A fourth community in Illinois has reportedly entered the race in hopes of securing permission to build and operate the casino that is being licensed for the southern suburbs of Chicago.

According to a Sunday report from The Times of Northwest Indiana newspaper, Calumet City has unveiled a plan that would see it partner with global food service and hospitality firm Delaware North Companies Incorporated in order to bring a $275 million facility christened as the Southland Live Casino to a 20-acre plot of Cook County land located less than two miles from Illinois’ border with the neighboring state of Indiana.

Future foundations:

The newspaper reported that the city’s proposal calls for the 150,000 sq ft Southland Live Casino venue to be built next door to the existing River Oaks shopping center featuring a gambling floor complete with a selection of 1,200 slots as well as some 35 gaming tables.

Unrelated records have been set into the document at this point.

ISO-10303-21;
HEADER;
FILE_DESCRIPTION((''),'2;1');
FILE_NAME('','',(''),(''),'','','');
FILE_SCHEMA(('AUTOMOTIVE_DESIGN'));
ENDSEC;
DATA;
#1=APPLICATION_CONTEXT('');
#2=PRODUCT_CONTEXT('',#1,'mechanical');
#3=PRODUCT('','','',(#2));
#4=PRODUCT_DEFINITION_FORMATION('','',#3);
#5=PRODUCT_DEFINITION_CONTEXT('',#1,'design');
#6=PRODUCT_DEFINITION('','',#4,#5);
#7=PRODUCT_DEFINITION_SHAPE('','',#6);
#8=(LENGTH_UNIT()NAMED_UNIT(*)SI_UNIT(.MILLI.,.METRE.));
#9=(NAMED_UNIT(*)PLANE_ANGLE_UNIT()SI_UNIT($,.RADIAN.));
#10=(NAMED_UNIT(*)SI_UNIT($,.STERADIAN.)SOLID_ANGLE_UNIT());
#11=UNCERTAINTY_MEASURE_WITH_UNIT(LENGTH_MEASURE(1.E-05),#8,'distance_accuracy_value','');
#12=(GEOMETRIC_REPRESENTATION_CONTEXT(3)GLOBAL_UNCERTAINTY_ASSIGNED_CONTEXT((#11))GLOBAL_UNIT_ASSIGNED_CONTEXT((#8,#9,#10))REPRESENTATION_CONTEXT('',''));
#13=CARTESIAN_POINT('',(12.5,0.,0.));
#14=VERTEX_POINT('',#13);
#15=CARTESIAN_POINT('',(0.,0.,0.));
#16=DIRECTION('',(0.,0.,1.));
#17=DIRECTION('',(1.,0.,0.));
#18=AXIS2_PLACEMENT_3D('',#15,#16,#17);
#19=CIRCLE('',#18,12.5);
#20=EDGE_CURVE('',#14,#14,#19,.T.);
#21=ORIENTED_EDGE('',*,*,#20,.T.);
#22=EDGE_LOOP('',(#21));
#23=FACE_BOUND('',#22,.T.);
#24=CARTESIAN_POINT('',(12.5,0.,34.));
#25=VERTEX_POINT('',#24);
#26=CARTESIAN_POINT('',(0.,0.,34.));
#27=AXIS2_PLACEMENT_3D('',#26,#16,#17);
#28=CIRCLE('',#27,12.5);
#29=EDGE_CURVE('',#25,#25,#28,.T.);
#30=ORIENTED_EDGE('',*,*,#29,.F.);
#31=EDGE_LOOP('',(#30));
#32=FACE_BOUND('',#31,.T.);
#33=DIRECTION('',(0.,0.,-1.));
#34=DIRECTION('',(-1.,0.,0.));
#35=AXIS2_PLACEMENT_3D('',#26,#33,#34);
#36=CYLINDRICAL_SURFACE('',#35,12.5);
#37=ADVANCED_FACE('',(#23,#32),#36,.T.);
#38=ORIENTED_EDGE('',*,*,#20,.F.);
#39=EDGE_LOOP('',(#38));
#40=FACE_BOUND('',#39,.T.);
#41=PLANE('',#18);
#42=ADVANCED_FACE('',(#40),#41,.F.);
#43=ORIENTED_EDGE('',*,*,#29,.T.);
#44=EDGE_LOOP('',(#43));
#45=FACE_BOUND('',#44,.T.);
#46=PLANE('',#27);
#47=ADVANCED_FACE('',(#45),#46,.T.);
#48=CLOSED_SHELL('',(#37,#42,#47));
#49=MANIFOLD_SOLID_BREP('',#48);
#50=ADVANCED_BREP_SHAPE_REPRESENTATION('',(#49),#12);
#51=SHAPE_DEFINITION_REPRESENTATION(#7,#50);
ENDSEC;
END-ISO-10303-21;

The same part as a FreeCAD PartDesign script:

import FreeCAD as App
import Part
import Sketcher
from FreeCAD import Vector
Q = App.Units.Quantity

doc = App.newDocument("Part")
body = doc.addObject("PartDesign::Body", "Body")

# Sketch on XY plane
sketch1 = doc.addObject("Sketcher::SketchObject", "Sketch")
body.addObject(sketch1)
sketch1.AttachmentSupport = (doc.XY_Plane, [""])
sketch1.MapMode = "FlatFace"
sketch1.addGeometry(Part.Circle(Vector(0, 0, 0), Vector(0, 0, 1), 12), False)
sketch1.addConstraint([
    Sketcher.Constraint("Coincident", 0, 3, -1, 1),
    Sketcher.Constraint("Diameter", 0, Q("25 mm")),
])
pad1 = doc.addObject("PartDesign::Pad", "Pad")
body.addObject(pad1)
pad1.Profile = sketch1
pad1.Length = 34

doc.recompute()
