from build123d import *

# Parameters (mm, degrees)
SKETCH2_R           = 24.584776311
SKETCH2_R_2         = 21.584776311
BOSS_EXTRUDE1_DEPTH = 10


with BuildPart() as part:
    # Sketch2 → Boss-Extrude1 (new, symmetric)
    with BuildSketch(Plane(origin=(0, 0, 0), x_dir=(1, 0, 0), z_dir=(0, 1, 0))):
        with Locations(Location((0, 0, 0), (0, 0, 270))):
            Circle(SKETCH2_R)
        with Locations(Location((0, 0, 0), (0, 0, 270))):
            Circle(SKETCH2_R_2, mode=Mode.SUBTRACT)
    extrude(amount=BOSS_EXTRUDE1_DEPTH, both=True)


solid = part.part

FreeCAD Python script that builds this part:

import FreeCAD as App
import Part
import Sketcher
from FreeCAD import Vector
Q = App.Units.Quantity

doc = App.newDocument("Part")
body = doc.addObject("PartDesign::Body", "Body")

# Sketch on XZ plane
sketch1 = body.newObject("Sketcher::SketchObject", "Sketch")
sketch1.AttachmentSupport = (doc.getObject("XZ_Plane"), [""])
sketch1.MapMode = "FlatFace"
sketch1.addGeometry(Part.Circle(Vector(0, 0, 0), Vector(0, 0, 1), 24.584776), False)
sketch1.addGeometry(Part.Circle(Vector(0, 0, 0), Vector(0, 0, 1), 21.584776), False)
sketch1.addConstraint(Sketcher.Constraint("Coincident", 0, 3, -1, 1))
sketch1.addConstraint(Sketcher.Constraint("Coincident", 1, 3, -1, 1))
sketch1.addConstraint(Sketcher.Constraint("Diameter", 0, Q("49.169553 mm")))
sketch1.addConstraint(Sketcher.Constraint("Diameter", 1, Q("43.169553 mm")))
pad1 = body.newObject("PartDesign::Pad", "Pad")
pad1.Profile = sketch1
pad1.Length = 20
pad1.Midplane = True

doc.recompute()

The scheme purportedly moreover envisions the later construction of an adjacent 18-story hotel featuring 200 rooms in hopes of one day helping to spur further development that could encompass a sports complex, a parking garage and a convention center.

Ambitious aim:

Delaware North Companies Incorporated is already responsible for numerous casino and gaming properties across the United States including West Virginia’s Mardi Gras Casino and Resort and the Jumer’s Casino and Hotel in the Illinois city of Rock Island. The firm’s Timothy Hughes reportedly told The Times of Northwest Indiana that the planned Southland Live Casino would ‘fulfill a longstanding goal of establishing a south suburban casino’ that would be able to ‘provide an economic infusion for a predominantly minority community.’

Hughes reportedly stated…

“River Oaks has been an economic anchor of the southeast suburbs for more than half a century but it needs this exciting casino destination to bring it back to its former glory.”

Legislative alteration:

Illinois is already home to ten casinos but legislation signed into law by the Midwestern state’s Governor, Jay Robert Pritzker, in June is due to see this complement grow by as many as six via the licensing of gambling venues for the cities of Chicago, Waukegan, Danville and Rockford as well as for locations in the more rural jurisdictions of Williamson County and Cook County. The race for this latter license is set to be particularly competitive with the communities of Lynwood and Matteson having already launched similar separate plans of their own while the villages of East Hazel Crest and Homewood are hoping to partner with Alabama’s Poarch Band of Creek Indians in order to open a $275 million casino of their own only about 34 miles from downtown Chicago.

Definitive deadline:

The Times of Northwest Indiana reported that communities have until the end of the month to submit their official bids for the Cook County casino license to the Illinois Gaming Board although an ultimate decision is not expected until next summer at the earliest. Osi Imomoh from Delaware North Companies Incorporated purportedly told the newspaper that his company is looking forward to being able ‘to bring another successful casino operation to Illinois’ after narrowly losing the 2008 race for the right to operate what eventually became the Midwestern state’s Rivers Casino Des Plaines.

According to Imomoh…

“Southland Live Casino will be a world-class entertainment destination unlike anything Illinois has seen while revitalizing an iconic location in the south suburbs.”